Record number three from this Italian noise rock / stoner doom power trio, and weirdly enough the first one of their records to get reviewed on the aQ list. Weird because these guys are amazing and are right up our (and presumably your) alley, a killer twisted hybrid of classic Sabbathy metal and more modern noise rock, downtuned Neurosis-y sludge and spaced out psychedelic dronemetal, a la countrymen Ufomammut. Opener "Bardo Thodol" starts out with a riff that's a dead ringer for Sleep, of course these guys add some chanted monk-like vocals, the vibe droned out and psychedelic, and when the rest of the band finally kick in, the sound is EPIC, massive, and heavy as fuck, a crushing mathy doom sludge dirge, the vocals alternating between a monstrous bellow and a wild feral shriek, the churning riffage and damaged drum pound laced with a surprising amount of melody, and all sorts of strange sounds in the background, that sound like bells and singing and other mysterious field recordings, which are apparently actual recordings of Italian funeral marches, super dramatic, especially when the band cuts out completely, leaving just the mournful wail of distant horns, draped over a strange hushed soundscape of backwards drones and muted muddied effects, the band slowly building back up again, and launching anew into another onslaught of pound and pummel, of soaring metallic heaviness.
The rest of the record unwinds in a similar fashion, the lumbering doomic heaviness tempered with long stretches of vocal drones, of spidery psychedelia, bursts of spazzed out math metal, of grinding noise rock frenzies, finishing off with the epic 16 minute two part closer, the first part of which is a gorgeous stretch of ambient minimalism, all tinkling melodies, barely there rhythms, distant swells, soft squalls of psychedelic guitar, swirling drones, and a deep rumbling buzz, that slowly builds into the second part, a feedback drenched, stop start noise rock blow out, soaring synths over crushing crashing chords, delirious drum pound and wild howled vox, a weirdly tripped out abstract psychedelic finale.
 
AQUARIUS RECORDS

"The intro is the most you can listen to Om without call on Al Cisneros, but the registry changes immediately, and despair becomes undisputed leader.

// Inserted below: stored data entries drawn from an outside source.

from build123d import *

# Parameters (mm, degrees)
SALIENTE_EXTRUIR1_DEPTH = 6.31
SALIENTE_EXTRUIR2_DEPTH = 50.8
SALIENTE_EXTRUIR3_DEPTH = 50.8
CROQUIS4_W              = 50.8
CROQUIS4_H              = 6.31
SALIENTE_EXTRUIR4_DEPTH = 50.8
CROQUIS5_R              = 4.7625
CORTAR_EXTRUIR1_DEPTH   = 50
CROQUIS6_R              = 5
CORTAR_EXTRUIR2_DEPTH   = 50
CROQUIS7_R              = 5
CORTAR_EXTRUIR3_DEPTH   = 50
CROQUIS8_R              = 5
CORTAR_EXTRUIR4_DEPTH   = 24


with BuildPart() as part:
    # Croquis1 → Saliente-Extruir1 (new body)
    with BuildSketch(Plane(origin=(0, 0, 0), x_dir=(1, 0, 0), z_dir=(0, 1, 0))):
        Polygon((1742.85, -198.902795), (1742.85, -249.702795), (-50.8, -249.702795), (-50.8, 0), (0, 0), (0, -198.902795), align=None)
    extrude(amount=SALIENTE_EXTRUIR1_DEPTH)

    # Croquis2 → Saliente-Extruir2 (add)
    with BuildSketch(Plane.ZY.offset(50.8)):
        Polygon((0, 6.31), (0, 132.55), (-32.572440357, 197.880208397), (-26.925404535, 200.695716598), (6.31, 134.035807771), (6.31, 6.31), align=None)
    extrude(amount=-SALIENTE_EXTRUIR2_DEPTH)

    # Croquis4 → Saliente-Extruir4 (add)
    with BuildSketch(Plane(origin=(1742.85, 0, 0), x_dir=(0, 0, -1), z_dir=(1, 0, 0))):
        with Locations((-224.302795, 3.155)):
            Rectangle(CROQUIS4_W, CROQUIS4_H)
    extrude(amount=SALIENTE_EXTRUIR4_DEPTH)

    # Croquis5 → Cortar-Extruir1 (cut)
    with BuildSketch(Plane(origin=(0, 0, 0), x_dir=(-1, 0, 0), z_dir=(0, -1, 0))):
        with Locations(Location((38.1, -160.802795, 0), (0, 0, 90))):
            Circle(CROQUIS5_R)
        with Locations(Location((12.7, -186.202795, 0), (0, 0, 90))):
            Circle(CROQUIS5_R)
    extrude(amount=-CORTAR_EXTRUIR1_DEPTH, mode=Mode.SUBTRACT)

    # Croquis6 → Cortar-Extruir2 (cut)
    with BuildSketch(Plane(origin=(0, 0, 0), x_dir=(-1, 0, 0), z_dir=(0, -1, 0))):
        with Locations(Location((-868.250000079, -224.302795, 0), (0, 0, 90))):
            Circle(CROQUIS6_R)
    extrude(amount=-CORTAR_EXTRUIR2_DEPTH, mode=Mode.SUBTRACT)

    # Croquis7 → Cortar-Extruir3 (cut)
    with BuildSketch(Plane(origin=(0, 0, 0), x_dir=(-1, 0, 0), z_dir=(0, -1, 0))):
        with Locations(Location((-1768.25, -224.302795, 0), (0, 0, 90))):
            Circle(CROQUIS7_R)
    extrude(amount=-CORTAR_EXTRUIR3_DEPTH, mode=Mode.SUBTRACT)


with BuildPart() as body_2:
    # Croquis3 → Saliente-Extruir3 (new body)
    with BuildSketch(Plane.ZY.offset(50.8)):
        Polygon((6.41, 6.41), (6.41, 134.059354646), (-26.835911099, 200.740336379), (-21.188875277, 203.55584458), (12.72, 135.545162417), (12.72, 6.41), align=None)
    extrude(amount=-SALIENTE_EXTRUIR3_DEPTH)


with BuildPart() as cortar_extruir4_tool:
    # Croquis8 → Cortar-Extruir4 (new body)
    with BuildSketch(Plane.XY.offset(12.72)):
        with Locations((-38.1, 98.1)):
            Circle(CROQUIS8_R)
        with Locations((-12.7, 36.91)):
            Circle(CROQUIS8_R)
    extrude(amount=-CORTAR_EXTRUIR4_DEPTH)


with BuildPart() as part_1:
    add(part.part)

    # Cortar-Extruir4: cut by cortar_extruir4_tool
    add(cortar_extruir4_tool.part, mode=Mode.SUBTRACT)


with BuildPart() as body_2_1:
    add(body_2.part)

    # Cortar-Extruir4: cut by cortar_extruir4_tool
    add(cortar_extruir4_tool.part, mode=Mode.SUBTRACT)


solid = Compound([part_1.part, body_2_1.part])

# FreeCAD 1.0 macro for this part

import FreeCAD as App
import Part
import Sketcher
from FreeCAD import Vector
Q = App.Units.Quantity

doc = App.newDocument("Part")
body = doc.addObject("PartDesign::Body", "Body")

sketch1 = doc.addObject("Sketcher::SketchObject", "Sketch")
body.addObject(sketch1)
sketch1.AttachmentSupport = (doc.XZ_Plane, [""])
sketch1.MapMode = "FlatFace"
sketch1.addGeometry([
    Part.LineSegment(Vector(1743, 250, 0), Vector(1743, 199, 0)),
    Part.LineSegment(Vector(1743, 199, 0), Vector(0, 199, 0)),
    Part.LineSegment(Vector(0, 199, 0), Vector(0, 0, 0)),
    Part.LineSegment(Vector(0, 0, 0), Vector(-51, 0, 0)),
    Part.LineSegment(Vector(-51, 0, 0), Vector(-51, 250, 0)),
    Part.LineSegment(Vector(-51, 250, 0), Vector(1743, 250, 0)),
], False)
sketch1.addConstraint([
    Sketcher.Constraint("Coincident", 0, 2, 1, 1),
    Sketcher.Constraint("Coincident", 1, 2, 2, 1),
    Sketcher.Constraint("Coincident", 2, 2, 3, 1),
    Sketcher.Constraint("Coincident", 3, 2, 4, 1),
    Sketcher.Constraint("Coincident", 4, 2, 5, 1),
    Sketcher.Constraint("Coincident", 5, 2, 0, 1),
    Sketcher.Constraint("Vertical", 0),
    Sketcher.Constraint("Horizontal", 1),
    Sketcher.Constraint("Vertical", 2),
    Sketcher.Constraint("Horizontal", 3),
    Sketcher.Constraint("Vertical", 4),
    Sketcher.Constraint("Horizontal", 5),
    Sketcher.Constraint("Coincident", 2, 2, -1, 1),
    Sketcher.Constraint("Equal", 3, 0),
    Sketcher.Constraint("DistanceX", 3, 2, 3, 1, Q("50.8 mm")),
    Sketcher.Constraint("DistanceX", 1, 2, 1, 1, Q("1742.85 mm")),
    Sketcher.Constraint("DistanceY", 2, 2, 2, 1, Q("198.902795 mm")),
])
pad1 = doc.addObject("PartDesign::Pad", "Pad")
body.addObject(pad1)
pad1.Profile = sketch1
pad1.Length = 6.31
pad1.Reversed = True

sketch2 = doc.addObject("Sketcher::SketchObject", "Sketch001")
body.addObject(sketch2)
sketch2.AttachmentSupport = (doc.YZ_Plane, [""])
sketch2.MapMode = "FlatFace"
sketch2.AttachmentOffset = App.Placement(Vector(0, 0, -50.8), App.Rotation())
sketch2.addGeometry([
    Part.LineSegment(Vector(133, 0, 0), Vector(6, 0, 0)),
    Part.LineSegment(Vector(6, 0, 0), Vector(6, 6, 0)),
    Part.LineSegment(Vector(6, 6, 0), Vector(134, 6, 0)),
    Part.LineSegment(Vector(134, 6, 0), Vector(201, -27, 0)),
    Part.LineSegment(Vector(201, -27, 0), Vector(198, -33, 0)),
    Part.LineSegment(Vector(198, -33, 0), Vector(133, 0, 0)),
], False)
sketch2.addConstraint([
    Sketcher.Constraint("Coincident", 0, 2, 1, 1),
    Sketcher.Constraint("Coincident", 1, 2, 2, 1),
    Sketcher.Constraint("Coincident", 2, 2, 3, 1),
    Sketcher.Constraint("Coincident", 3, 2, 4, 1),
    Sketcher.Constraint("Coincident", 4, 2, 5, 1),
    Sketcher.Constraint("Coincident", 5, 2, 0, 1),
    Sketcher.Constraint("Horizontal", 0),
    Sketcher.Constraint("Vertical", 1),
    Sketcher.Constraint("Horizontal", 2),
    Sketcher.Constraint("PointOnObject", 0, 2, -1),
    Sketcher.Constraint("Perpendicular", 3, 4),
    Sketcher.Constraint("Perpendicular", 4, 5),
    Sketcher.Constraint("Distance", 5, Q("73 mm")),
    Sketcher.Constraint("Angle", 3, Q("-26.5 deg")),
    Sketcher.Constraint("DistanceX", 0, 2, 0, 1, Q("126.24 mm")),
    Sketcher.Constraint("DistanceY", 1, 1, 1, 2, Q("6.31 mm")),
    Sketcher.Constraint("Distance", 4, Q("6.31 mm")),
    Sketcher.Constraint("DistanceX", -1, 1, 0, 2, Q("6.31 mm")),
])
pad2 = doc.addObject("PartDesign::Pad", "Pad001")
body.addObject(pad2)
pad2.Profile = sketch2
pad2.Length = 50.8

sketch3 = doc.addObject("Sketcher::SketchObject", "Sketch002")
body.addObject(sketch3)
sketch3.AttachmentSupport = (doc.YZ_Plane, [""])
sketch3.MapMode = "FlatFace"
sketch3.AttachmentOffset = App.Placement(Vector(0, 0, 1742.85), App.Rotation())
sketch3.addGeometry([
    Part.LineSegment(Vector(6, 250, 0), Vector(0, 250, 0)),
    Part.LineSegment(Vector(0, 250, 0), Vector(0, 199, 0)),
    Part.LineSegment(Vector(0, 199, 0), Vector(6, 199, 0)),
    Part.LineSegment(Vector(6, 199, 0), Vector(6, 250, 0)),
], False)
sketch3.addConstraint([
    Sketcher.Constraint("Coincident", 0, 2, 1, 1),
    Sketcher.Constraint("Coincident", 1, 2, 2, 1),
    Sketcher.Constraint("Coincident", 2, 2, 3, 1),
    Sketcher.Constraint("Coincident", 3, 2, 0, 1),
    Sketcher.Constraint("Horizontal", 0),
    Sketcher.Constraint("Vertical", 1),
    Sketcher.Constraint("Horizontal", 2),
    Sketcher.Constraint("Vertical", 3),
    Sketcher.Constraint("PointOnObject", 0, 2, -2),
    Sketcher.Constraint("DistanceY", 1, 2, 1, 1, Q("50.8 mm")),
    Sketcher.Constraint("DistanceX", 0, 2, 0, 1, Q("6.31 mm")),
    Sketcher.Constraint("DistanceY", -1, 1, 0, 2, Q("249.702795 mm")),
])
pad3 = doc.addObject("PartDesign::Pad", "Pad002")
body.addObject(pad3)
pad3.Profile = sketch3
pad3.Length = 50.8

sketch4 = doc.addObject("Sketcher::SketchObject", "Sketch003")
body.addObject(sketch4)
sketch4.AttachmentSupport = (doc.XZ_Plane, [""])
sketch4.MapMode = "FlatFace"
sketch4.addGeometry([
    Part.Circle(Vector(-38.1, 160.8, 0), Vector(0, 0, 1), 4.8),
    Part.Circle(Vector(-12.7, 186.2, 0), Vector(0, 0, 1), 4.8),
], False)
sketch4.addConstraint([
    Sketcher.Constraint("Equal", 0, 1),
    Sketcher.Constraint("Diameter", 0, Q("9.525 mm")),
    Sketcher.Constraint("DistanceX", 0, 3, -1, 1, Q("38.1 mm")),
    Sketcher.Constraint("DistanceX", 1, 3, -1, 1, Q("12.7 mm")),
    Sketcher.Constraint("DistanceY", 0, 3, 1, 3, Q("25.4 mm")),
    Sketcher.Constraint("DistanceY", -1, 1, 0, 3, Q("160.802795 mm")),
])
pocket1 = doc.addObject("PartDesign::Pocket", "Pocket")
body.addObject(pocket1)
pocket1.Profile = sketch4
pocket1.Length = 50

sketch5 = doc.addObject("Sketcher::SketchObject", "Sketch004")
body.addObject(sketch5)
sketch5.AttachmentSupport = (doc.XZ_Plane, [""])
sketch5.MapMode = "FlatFace"
sketch5.addGeometry(Part.Circle(Vector(868, 224, 0), Vector(0, 0, 1), 5), False)
sketch5.addConstraint([
    Sketcher.Constraint("Diameter", 0, Q("10 mm")),
    Sketcher.Constraint("DistanceX", -1, 1, 0, 3, Q("868.25 mm")),
    Sketcher.Constraint("DistanceY", -1, 1, 0, 3, Q("224.302795 mm")),
])
pocket2 = doc.addObject("PartDesign::Pocket", "Pocket001")
body.addObject(pocket2)
pocket2.Profile = sketch5
pocket2.Length = 50

sketch6 = doc.addObject("Sketcher::SketchObject", "Sketch005")
body.addObject(sketch6)
sketch6.AttachmentSupport = (doc.XZ_Plane, [""])
sketch6.MapMode = "FlatFace"
sketch6.addGeometry(Part.Circle(Vector(1768, 224, 0), Vector(0, 0, 1), 5), False)
sketch6.addConstraint([
    Sketcher.Constraint("Diameter", 0, Q("10 mm")),
    Sketcher.Constraint("DistanceX", -1, 1, 0, 3, Q("1768.25 mm")),
    Sketcher.Constraint("DistanceY", -1, 1, 0, 3, Q("224.302795 mm")),
])
pocket3 = doc.addObject("PartDesign::Pocket", "Pocket002")
body.addObject(pocket3)
pocket3.Profile = sketch6
pocket3.Length = 50
body2 = doc.addObject("PartDesign::Body", "Body001")

sketch7 = doc.addObject("Sketcher::SketchObject", "Sketch006")
body2.addObject(sketch7)
sketch7.AttachmentSupport = (doc.getObject("YZ_Plane001"), [""])
sketch7.MapMode = "FlatFace"
sketch7.AttachmentOffset = App.Placement(Vector(0, 0, -50.8), App.Rotation())
sketch7.addGeometry([
    Part.LineSegment(Vector(134, 6, 0), Vector(6, 6, 0)),
    Part.LineSegment(Vector(6, 6, 0), Vector(6, 13, 0)),
    Part.LineSegment(Vector(6, 13, 0), Vector(136, 13, 0)),
    Part.LineSegment(Vector(136, 13, 0), Vector(204, -21, 0)),
    Part.LineSegment(Vector(204, -21, 0), Vector(201, -27, 0)),
    Part.LineSegment(Vector(201, -27, 0), Vector(134, 6, 0)),
], False)
sketch7.addConstraint([
    Sketcher.Constraint("Coincident", 0, 2, 1, 1),
    Sketcher.Constraint("Coincident", 1, 2, 2, 1),
    Sketcher.Constraint("Coincident", 2, 2, 3, 1),
    Sketcher.Constraint("Coincident", 3, 2, 4, 1),
    Sketcher.Constraint("Coincident", 4, 2, 5, 1),
    Sketcher.Constraint("Coincident", 5, 2, 0, 1),
    Sketcher.Constraint("Horizontal", 0),
    Sketcher.Constraint("Vertical", 1),
    Sketcher.Constraint("Horizontal", 2),
    Sketcher.Constraint("Perpendicular", 3, 4),
    Sketcher.Constraint("Perpendicular", 4, 5),
    Sketcher.Constraint("Angle", 3, Q("-26.5 deg")),
    Sketcher.Constraint("DistanceY", 1, 1, 1, 2, Q("6.31 mm")),
    Sketcher.Constraint("Distance", 4, Q("6.31 mm")),
    Sketcher.Constraint("DistanceX", -1, 1, 0, 2, Q("6.41 mm")),
    Sketcher.Constraint("DistanceY", -1, 1, 0, 2, Q("6.41 mm")),
    Sketcher.Constraint("DistanceX", 0, 2, 0, 1, Q("127.649355 mm")),
    Sketcher.Constraint("DistanceY", 4, 2, -1, 1, Q("26.835911 mm")),
])
pad4 = doc.addObject("PartDesign::Pad", "Pad003")
body2.addObject(pad4)
pad4.Profile = sketch7
pad4.Length = 50.8
body3 = doc.addObject("PartDesign::Body", "Body002")
body3.AllowCompound = True

sketch8 = doc.addObject("Sketcher::SketchObject", "Sketch007")
body3.addObject(sketch8)
sketch8.AttachmentSupport = (doc.getObject("XY_Plane002"), [""])
sketch8.MapMode = "FlatFace"
sketch8.AttachmentOffset = App.Placement(Vector(0, 0, 12.72), App.Rotation())
sketch8.addGeometry([
    Part.Circle(Vector(-38, 98, 0), Vector(0, 0, 1), 5),
    Part.Circle(Vector(-13, 37, 0), Vector(0, 0, 1), 5),
], False)
sketch8.addConstraint([
    Sketcher.Constraint("Equal", 0, 1),
    Sketcher.Constraint("Diameter", 0, Q("10 mm")),
    Sketcher.Constraint("DistanceX", 0, 3, -1, 1, Q("38.1 mm")),
    Sketcher.Constraint("DistanceY", -1, 1, 0, 3, Q("98.1 mm")),
    Sketcher.Constraint("DistanceX", 1, 3, -1, 1, Q("12.7 mm")),
    Sketcher.Constraint("DistanceY", -1, 1, 1, 3, Q("36.91 mm")),
])
pad5 = doc.addObject("PartDesign::Pad", "Pad004")
body3.addObject(pad5)
pad5.Profile = sketch8
pad5.Length = 24
pad5.Reversed = True
doc.recompute()

body4 = doc.addObject("PartDesign::Body", "Body003")
body4.BaseFeature = body3
boolean = doc.addObject("PartDesign::Boolean", "Boolean")
body.addObject(boolean)
boolean.Type = "Cut"
boolean.addObjects([body4])
doc.recompute()

boolean2 = doc.addObject("PartDesign::Boolean", "Boolean001")
body2.addObject(boolean2)
boolean2.Type = "Cut"
boolean2.addObjects([body3])

doc.recompute()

Doom, dissonant and sharp Psychedelia, convulsed noise and ambient passages with the frothing at the mouth with rage that also when show a twist of light, it crash onto a glass wall and consequent crazy splinters: this is Thanatology, a blacket of heavyness and slowness (too easy to be treated in the last steps of the dead elephant) at the edge of neurosis. Funeral and lacerating inserts alternate with neurotic obsessions (the darker side of Californian band) generating an endless black mantra. The Dead Elephant go further, looking for the warping and purest darkness, and they succeed like few others."